TRY IT: Repeat the first line of the listing and each line after it, exactly, through the line containing "# Sketch on XY plane".

:: SUPPLIED RECORDS

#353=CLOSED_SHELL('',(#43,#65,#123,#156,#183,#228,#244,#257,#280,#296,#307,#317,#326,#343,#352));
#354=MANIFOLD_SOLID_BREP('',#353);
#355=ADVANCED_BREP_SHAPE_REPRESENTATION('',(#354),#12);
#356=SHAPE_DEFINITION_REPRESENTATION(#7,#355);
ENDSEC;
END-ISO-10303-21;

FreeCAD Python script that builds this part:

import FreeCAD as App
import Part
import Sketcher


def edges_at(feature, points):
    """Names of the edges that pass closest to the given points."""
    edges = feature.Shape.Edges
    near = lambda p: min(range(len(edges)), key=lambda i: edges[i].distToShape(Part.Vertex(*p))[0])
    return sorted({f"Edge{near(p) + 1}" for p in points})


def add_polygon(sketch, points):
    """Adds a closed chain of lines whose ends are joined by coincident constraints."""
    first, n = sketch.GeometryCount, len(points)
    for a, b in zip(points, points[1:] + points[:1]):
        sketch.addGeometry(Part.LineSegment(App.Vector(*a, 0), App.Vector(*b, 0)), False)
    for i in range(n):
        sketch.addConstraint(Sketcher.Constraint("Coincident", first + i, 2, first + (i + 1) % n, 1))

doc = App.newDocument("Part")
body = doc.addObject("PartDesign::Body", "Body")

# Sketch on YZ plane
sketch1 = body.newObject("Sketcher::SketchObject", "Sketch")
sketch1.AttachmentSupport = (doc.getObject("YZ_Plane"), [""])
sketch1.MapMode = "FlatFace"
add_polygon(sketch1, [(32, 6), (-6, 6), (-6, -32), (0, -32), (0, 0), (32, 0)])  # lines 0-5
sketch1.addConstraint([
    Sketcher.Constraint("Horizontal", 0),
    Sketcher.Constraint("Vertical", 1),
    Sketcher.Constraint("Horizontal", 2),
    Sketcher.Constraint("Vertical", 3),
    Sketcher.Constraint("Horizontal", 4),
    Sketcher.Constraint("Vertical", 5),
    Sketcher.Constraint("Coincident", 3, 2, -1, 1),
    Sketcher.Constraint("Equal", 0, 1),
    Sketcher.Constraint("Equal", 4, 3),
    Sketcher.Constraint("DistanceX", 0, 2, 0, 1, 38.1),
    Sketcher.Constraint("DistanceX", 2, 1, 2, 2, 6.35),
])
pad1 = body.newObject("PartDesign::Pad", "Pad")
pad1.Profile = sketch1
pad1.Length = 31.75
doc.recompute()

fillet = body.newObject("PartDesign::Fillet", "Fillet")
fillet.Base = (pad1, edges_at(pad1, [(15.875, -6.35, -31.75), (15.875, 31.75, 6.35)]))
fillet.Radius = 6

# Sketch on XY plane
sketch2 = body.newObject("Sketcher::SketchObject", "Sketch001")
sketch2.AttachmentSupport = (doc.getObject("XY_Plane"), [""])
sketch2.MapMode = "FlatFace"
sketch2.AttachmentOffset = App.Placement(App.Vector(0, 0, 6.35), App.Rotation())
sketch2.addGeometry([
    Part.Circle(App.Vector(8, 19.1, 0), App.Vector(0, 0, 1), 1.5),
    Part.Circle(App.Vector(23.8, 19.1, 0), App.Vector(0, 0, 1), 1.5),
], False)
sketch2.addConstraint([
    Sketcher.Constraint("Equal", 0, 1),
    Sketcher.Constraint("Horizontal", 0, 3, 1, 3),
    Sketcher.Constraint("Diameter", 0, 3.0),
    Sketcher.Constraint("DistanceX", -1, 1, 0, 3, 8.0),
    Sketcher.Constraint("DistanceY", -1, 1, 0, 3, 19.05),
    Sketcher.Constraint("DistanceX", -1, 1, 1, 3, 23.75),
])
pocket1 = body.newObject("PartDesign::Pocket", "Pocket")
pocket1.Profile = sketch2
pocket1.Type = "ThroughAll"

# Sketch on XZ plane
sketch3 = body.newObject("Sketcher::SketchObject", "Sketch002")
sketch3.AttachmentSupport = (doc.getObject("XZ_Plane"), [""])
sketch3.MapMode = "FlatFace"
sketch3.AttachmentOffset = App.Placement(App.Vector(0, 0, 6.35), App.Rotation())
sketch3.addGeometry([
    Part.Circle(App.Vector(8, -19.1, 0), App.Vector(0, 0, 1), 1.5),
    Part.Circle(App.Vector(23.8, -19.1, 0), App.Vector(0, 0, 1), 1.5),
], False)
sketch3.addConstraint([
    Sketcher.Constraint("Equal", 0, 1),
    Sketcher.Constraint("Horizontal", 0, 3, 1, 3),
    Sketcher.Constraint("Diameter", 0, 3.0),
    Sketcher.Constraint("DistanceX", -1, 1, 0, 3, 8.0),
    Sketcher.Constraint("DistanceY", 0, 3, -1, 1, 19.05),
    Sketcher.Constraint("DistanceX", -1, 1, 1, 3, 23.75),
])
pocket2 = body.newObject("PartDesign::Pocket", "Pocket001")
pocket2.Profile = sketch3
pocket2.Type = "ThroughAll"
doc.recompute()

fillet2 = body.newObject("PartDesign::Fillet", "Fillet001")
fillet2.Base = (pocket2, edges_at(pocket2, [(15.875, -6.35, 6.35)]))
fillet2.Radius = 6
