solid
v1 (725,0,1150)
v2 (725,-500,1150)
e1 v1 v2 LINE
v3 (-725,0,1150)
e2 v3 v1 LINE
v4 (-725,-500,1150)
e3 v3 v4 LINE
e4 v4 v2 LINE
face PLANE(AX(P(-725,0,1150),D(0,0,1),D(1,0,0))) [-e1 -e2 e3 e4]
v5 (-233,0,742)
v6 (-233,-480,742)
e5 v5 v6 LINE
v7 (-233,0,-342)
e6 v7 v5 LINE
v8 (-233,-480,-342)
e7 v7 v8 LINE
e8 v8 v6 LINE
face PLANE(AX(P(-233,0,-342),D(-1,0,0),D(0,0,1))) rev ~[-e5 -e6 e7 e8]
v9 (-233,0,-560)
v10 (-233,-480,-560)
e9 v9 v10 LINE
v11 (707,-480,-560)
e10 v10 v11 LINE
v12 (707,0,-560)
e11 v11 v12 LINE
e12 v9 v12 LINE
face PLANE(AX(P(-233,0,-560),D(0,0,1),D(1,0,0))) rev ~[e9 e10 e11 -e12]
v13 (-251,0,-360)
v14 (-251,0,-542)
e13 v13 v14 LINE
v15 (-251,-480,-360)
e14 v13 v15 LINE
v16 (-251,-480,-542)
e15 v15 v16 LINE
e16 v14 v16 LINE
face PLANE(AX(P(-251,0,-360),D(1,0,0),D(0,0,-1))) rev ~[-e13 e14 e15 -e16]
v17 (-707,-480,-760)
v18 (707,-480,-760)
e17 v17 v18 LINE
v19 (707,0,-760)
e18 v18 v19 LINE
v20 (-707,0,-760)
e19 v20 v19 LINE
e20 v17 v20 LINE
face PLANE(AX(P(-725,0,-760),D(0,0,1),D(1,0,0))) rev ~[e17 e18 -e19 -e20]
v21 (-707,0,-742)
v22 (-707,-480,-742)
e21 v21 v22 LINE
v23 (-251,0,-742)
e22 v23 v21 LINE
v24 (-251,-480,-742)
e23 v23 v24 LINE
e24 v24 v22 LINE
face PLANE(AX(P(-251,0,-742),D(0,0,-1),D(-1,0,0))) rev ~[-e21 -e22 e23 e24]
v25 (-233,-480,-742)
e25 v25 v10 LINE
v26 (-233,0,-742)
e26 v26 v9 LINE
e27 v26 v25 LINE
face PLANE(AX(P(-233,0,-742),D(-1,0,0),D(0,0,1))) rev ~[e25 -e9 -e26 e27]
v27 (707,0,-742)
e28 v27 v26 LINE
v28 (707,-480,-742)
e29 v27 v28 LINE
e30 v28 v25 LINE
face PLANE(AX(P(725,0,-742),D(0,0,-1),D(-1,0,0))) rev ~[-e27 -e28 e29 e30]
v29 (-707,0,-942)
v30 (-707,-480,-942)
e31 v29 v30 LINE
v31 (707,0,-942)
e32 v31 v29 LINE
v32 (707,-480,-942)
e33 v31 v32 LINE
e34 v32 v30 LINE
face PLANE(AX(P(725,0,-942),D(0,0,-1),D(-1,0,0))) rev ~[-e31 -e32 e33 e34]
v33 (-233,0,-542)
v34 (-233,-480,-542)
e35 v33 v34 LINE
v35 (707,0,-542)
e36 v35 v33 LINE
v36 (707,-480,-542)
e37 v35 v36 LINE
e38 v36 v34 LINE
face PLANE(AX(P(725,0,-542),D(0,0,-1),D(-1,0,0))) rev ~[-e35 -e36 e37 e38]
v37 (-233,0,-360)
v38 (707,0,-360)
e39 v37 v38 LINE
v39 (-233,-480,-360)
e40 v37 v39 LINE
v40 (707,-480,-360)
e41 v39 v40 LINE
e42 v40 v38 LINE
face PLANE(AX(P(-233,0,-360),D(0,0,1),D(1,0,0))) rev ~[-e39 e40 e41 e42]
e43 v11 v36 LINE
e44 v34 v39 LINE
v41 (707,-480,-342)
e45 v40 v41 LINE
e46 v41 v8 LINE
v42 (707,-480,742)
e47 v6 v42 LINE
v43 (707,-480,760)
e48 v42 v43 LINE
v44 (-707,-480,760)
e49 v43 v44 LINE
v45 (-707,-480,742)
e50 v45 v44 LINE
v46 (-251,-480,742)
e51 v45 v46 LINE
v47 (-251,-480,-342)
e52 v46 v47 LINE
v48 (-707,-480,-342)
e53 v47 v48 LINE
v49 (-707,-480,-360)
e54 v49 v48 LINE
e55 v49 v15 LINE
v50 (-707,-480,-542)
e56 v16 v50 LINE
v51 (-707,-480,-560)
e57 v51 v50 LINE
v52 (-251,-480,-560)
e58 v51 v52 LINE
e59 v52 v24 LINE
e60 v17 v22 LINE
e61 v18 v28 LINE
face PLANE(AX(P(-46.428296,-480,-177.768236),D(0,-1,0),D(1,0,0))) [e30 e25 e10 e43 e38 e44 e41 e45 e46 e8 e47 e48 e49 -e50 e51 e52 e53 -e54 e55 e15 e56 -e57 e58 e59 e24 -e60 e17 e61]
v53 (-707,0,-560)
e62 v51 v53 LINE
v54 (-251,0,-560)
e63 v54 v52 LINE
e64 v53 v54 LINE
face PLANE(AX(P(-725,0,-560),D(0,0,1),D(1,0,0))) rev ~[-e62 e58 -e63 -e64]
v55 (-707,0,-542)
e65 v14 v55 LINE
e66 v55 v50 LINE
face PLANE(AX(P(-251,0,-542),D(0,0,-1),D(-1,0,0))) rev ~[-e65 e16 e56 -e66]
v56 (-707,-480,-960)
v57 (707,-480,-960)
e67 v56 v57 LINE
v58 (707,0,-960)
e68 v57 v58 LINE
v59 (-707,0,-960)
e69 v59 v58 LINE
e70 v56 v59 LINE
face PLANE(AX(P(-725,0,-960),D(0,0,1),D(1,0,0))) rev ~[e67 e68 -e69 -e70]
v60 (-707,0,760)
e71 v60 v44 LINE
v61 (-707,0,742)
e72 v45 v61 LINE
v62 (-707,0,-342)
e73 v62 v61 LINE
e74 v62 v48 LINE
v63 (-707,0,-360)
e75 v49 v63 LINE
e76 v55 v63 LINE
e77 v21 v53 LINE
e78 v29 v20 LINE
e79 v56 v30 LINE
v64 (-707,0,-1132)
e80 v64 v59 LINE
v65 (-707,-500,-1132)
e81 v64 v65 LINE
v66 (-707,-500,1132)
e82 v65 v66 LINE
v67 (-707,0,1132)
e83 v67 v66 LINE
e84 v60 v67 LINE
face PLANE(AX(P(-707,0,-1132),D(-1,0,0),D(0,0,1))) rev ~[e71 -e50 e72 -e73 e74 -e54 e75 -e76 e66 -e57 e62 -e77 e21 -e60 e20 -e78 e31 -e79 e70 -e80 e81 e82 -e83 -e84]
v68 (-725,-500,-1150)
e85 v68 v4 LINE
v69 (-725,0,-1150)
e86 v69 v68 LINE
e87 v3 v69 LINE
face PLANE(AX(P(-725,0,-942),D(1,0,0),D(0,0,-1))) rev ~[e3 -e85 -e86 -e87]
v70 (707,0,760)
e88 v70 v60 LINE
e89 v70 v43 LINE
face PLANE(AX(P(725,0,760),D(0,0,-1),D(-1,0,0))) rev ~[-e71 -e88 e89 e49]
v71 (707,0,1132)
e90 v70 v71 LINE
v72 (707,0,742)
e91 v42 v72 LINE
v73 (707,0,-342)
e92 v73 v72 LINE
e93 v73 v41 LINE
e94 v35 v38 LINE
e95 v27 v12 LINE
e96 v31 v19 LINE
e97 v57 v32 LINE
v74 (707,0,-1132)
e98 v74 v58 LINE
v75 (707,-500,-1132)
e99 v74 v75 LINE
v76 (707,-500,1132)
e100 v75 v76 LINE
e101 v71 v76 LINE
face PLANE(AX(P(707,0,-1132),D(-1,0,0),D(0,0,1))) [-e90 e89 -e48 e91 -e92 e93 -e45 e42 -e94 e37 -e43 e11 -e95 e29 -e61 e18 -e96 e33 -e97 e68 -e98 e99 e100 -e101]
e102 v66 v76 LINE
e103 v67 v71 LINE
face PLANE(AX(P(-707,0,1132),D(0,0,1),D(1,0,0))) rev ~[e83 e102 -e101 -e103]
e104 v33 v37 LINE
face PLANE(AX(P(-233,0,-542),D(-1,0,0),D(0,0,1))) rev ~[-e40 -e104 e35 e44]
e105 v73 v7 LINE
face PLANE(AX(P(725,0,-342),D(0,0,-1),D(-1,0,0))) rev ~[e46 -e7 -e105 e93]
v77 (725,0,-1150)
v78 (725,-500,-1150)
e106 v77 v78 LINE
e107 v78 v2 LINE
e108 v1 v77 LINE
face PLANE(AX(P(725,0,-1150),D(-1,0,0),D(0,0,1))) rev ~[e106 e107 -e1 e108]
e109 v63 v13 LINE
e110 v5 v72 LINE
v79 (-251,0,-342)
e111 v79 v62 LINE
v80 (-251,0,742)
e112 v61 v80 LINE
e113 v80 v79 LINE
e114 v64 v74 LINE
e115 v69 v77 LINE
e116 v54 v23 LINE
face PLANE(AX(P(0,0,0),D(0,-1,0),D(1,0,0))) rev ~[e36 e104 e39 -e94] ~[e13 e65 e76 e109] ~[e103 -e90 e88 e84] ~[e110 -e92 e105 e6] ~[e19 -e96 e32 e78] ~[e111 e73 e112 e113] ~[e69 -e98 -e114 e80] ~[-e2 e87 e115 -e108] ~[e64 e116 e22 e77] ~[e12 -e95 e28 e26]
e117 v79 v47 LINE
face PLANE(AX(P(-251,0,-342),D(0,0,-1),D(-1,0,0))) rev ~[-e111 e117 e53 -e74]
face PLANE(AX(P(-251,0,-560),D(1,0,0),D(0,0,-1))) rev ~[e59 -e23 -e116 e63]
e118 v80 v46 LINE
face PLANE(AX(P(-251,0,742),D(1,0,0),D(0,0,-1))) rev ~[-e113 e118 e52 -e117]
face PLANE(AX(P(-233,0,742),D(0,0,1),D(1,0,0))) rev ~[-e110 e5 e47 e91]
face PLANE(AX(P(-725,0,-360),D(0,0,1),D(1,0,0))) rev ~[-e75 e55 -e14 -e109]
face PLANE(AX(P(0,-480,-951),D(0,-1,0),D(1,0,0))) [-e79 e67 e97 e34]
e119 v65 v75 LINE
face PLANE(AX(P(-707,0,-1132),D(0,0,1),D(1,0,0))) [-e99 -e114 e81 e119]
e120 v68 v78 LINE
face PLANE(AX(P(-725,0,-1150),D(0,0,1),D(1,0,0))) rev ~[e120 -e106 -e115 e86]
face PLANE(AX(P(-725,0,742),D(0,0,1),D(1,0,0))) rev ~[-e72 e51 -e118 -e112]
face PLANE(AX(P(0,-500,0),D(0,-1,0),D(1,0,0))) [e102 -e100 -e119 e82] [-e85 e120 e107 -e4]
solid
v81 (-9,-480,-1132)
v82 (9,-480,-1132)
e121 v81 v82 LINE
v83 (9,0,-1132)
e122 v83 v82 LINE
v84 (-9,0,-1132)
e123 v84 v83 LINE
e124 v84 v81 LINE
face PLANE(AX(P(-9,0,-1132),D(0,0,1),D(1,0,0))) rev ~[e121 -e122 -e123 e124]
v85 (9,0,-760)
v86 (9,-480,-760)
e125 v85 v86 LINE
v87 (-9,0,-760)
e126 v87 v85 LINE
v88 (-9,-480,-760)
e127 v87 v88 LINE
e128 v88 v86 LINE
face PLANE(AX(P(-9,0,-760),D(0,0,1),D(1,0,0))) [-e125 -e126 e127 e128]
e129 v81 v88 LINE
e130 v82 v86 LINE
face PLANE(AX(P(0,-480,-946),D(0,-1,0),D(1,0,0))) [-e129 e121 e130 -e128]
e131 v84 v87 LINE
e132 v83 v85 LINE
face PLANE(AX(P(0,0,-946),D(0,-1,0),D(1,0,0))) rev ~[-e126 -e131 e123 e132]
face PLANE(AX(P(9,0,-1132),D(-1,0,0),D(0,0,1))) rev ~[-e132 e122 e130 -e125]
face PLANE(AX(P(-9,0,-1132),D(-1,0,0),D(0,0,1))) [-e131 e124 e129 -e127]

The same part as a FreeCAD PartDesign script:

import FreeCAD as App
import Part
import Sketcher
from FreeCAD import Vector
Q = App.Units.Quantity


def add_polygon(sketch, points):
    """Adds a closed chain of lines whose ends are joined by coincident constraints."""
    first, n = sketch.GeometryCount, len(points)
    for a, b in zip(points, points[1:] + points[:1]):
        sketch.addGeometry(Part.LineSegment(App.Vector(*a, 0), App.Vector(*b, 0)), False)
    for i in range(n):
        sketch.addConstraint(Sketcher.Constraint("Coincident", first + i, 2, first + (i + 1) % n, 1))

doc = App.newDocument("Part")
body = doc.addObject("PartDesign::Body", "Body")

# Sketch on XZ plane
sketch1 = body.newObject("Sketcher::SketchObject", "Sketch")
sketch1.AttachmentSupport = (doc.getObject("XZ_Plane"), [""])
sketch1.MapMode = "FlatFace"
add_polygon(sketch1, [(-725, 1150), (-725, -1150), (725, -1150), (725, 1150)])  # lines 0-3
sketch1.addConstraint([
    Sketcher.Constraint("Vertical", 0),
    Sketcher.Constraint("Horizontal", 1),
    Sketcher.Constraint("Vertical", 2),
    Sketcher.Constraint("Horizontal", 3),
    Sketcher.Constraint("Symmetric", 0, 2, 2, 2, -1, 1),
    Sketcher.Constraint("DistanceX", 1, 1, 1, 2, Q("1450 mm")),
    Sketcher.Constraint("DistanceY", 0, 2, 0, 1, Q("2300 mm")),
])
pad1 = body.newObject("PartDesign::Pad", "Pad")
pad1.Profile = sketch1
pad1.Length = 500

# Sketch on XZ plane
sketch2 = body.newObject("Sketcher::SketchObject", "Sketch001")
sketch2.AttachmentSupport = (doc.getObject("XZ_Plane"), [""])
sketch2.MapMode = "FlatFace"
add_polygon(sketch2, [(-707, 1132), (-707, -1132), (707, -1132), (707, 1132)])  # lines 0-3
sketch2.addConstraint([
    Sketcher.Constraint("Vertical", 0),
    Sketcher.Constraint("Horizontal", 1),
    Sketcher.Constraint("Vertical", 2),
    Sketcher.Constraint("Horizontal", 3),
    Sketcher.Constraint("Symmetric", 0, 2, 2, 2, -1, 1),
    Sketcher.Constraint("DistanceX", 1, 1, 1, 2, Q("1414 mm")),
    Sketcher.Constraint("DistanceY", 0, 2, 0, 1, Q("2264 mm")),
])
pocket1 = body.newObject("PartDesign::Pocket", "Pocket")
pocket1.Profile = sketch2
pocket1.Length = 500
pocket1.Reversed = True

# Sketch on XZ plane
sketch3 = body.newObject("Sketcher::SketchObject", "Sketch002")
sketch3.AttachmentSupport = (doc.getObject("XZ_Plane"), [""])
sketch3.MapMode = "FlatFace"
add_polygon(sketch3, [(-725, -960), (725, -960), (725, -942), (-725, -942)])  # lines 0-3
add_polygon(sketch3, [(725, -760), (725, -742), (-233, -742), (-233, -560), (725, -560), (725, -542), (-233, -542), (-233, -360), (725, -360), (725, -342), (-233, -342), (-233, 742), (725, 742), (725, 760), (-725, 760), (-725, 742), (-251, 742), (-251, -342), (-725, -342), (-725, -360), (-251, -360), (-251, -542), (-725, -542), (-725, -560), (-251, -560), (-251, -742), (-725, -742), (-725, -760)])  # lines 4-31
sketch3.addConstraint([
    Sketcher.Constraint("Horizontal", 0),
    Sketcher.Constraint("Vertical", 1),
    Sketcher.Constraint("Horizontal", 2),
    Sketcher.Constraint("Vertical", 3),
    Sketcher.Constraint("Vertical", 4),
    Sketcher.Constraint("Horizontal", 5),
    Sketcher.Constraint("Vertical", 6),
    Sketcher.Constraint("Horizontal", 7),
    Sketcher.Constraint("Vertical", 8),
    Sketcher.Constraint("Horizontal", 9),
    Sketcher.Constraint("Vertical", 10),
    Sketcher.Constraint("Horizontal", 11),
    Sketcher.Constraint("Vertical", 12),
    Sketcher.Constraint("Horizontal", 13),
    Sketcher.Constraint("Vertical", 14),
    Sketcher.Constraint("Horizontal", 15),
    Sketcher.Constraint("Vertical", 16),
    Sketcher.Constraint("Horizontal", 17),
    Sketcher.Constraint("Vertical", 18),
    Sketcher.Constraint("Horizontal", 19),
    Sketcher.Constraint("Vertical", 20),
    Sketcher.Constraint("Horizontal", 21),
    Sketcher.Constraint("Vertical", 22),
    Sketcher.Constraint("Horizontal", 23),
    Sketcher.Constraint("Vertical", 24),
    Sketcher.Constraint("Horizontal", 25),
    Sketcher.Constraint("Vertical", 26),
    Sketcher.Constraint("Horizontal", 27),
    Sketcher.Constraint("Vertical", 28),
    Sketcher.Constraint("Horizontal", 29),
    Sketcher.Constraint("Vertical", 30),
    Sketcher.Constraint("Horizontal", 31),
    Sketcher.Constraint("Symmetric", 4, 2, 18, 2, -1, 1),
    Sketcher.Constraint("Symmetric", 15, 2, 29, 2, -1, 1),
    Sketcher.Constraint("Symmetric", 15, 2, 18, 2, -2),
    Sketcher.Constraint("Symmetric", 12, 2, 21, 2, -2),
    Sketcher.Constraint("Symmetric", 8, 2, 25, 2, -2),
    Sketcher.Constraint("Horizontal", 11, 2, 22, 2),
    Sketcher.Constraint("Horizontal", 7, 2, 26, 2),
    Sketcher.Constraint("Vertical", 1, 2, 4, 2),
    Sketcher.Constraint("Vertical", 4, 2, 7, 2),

::::

RESULT OF THE EXERCISE:
#353=CLOSED_SHELL('',(#43,#65,#123,#156,#183,#228,#244,#257,#280,#296,#307,#317,#326,#343,#352));
#354=MANIFOLD_SOLID_BREP('',#353);
#355=ADVANCED_BREP_SHAPE_REPRESENTATION('',(#354),#12);
#356=SHAPE_DEFINITION_REPRESENTATION(#7,#355);
ENDSEC;
END-ISO-10303-21;

FreeCAD Python script that builds this part:

import FreeCAD as App
import Part
import Sketcher


def edges_at(feature, points):
    """Names of the edges that pass closest to the given points."""
    edges = feature.Shape.Edges
    near = lambda p: min(range(len(edges)), key=lambda i: edges[i].distToShape(Part.Vertex(*p))[0])
    return sorted({f"Edge{near(p) + 1}" for p in points})


def add_polygon(sketch, points):
    """Adds a closed chain of lines whose ends are joined by coincident constraints."""
    first, n = sketch.GeometryCount, len(points)
    for a, b in zip(points, points[1:] + points[:1]):
        sketch.addGeometry(Part.LineSegment(App.Vector(*a, 0), App.Vector(*b, 0)), False)
    for i in range(n):
        sketch.addConstraint(Sketcher.Constraint("Coincident", first + i, 2, first + (i + 1) % n, 1))

doc = App.newDocument("Part")
body = doc.addObject("PartDesign::Body", "Body")

# Sketch on YZ plane
sketch1 = body.newObject("Sketcher::SketchObject", "Sketch")
sketch1.AttachmentSupport = (doc.getObject("YZ_Plane"), [""])
sketch1.MapMode = "FlatFace"
add_polygon(sketch1, [(32, 6), (-6, 6), (-6, -32), (0, -32), (0, 0), (32, 0)])  # lines 0-5
sketch1.addConstraint([
    Sketcher.Constraint("Horizontal", 0),
    Sketcher.Constraint("Vertical", 1),
    Sketcher.Constraint("Horizontal", 2),
    Sketcher.Constraint("Vertical", 3),
    Sketcher.Constraint("Horizontal", 4),
    Sketcher.Constraint("Vertical", 5),
    Sketcher.Constraint("Coincident", 3, 2, -1, 1),
    Sketcher.Constraint("Equal", 0, 1),
    Sketcher.Constraint("Equal", 4, 3),
    Sketcher.Constraint("DistanceX", 0, 2, 0, 1, 38.1),
    Sketcher.Constraint("DistanceX", 2, 1, 2, 2, 6.35),
])
pad1 = body.newObject("PartDesign::Pad", "Pad")
pad1.Profile = sketch1
pad1.Length = 31.75
doc.recompute()

fillet = body.newObject("PartDesign::Fillet", "Fillet")
fillet.Base = (pad1, edges_at(pad1, [(15.875, -6.35, -31.75), (15.875, 31.75, 6.35)]))
fillet.Radius = 6

# Sketch on XY plane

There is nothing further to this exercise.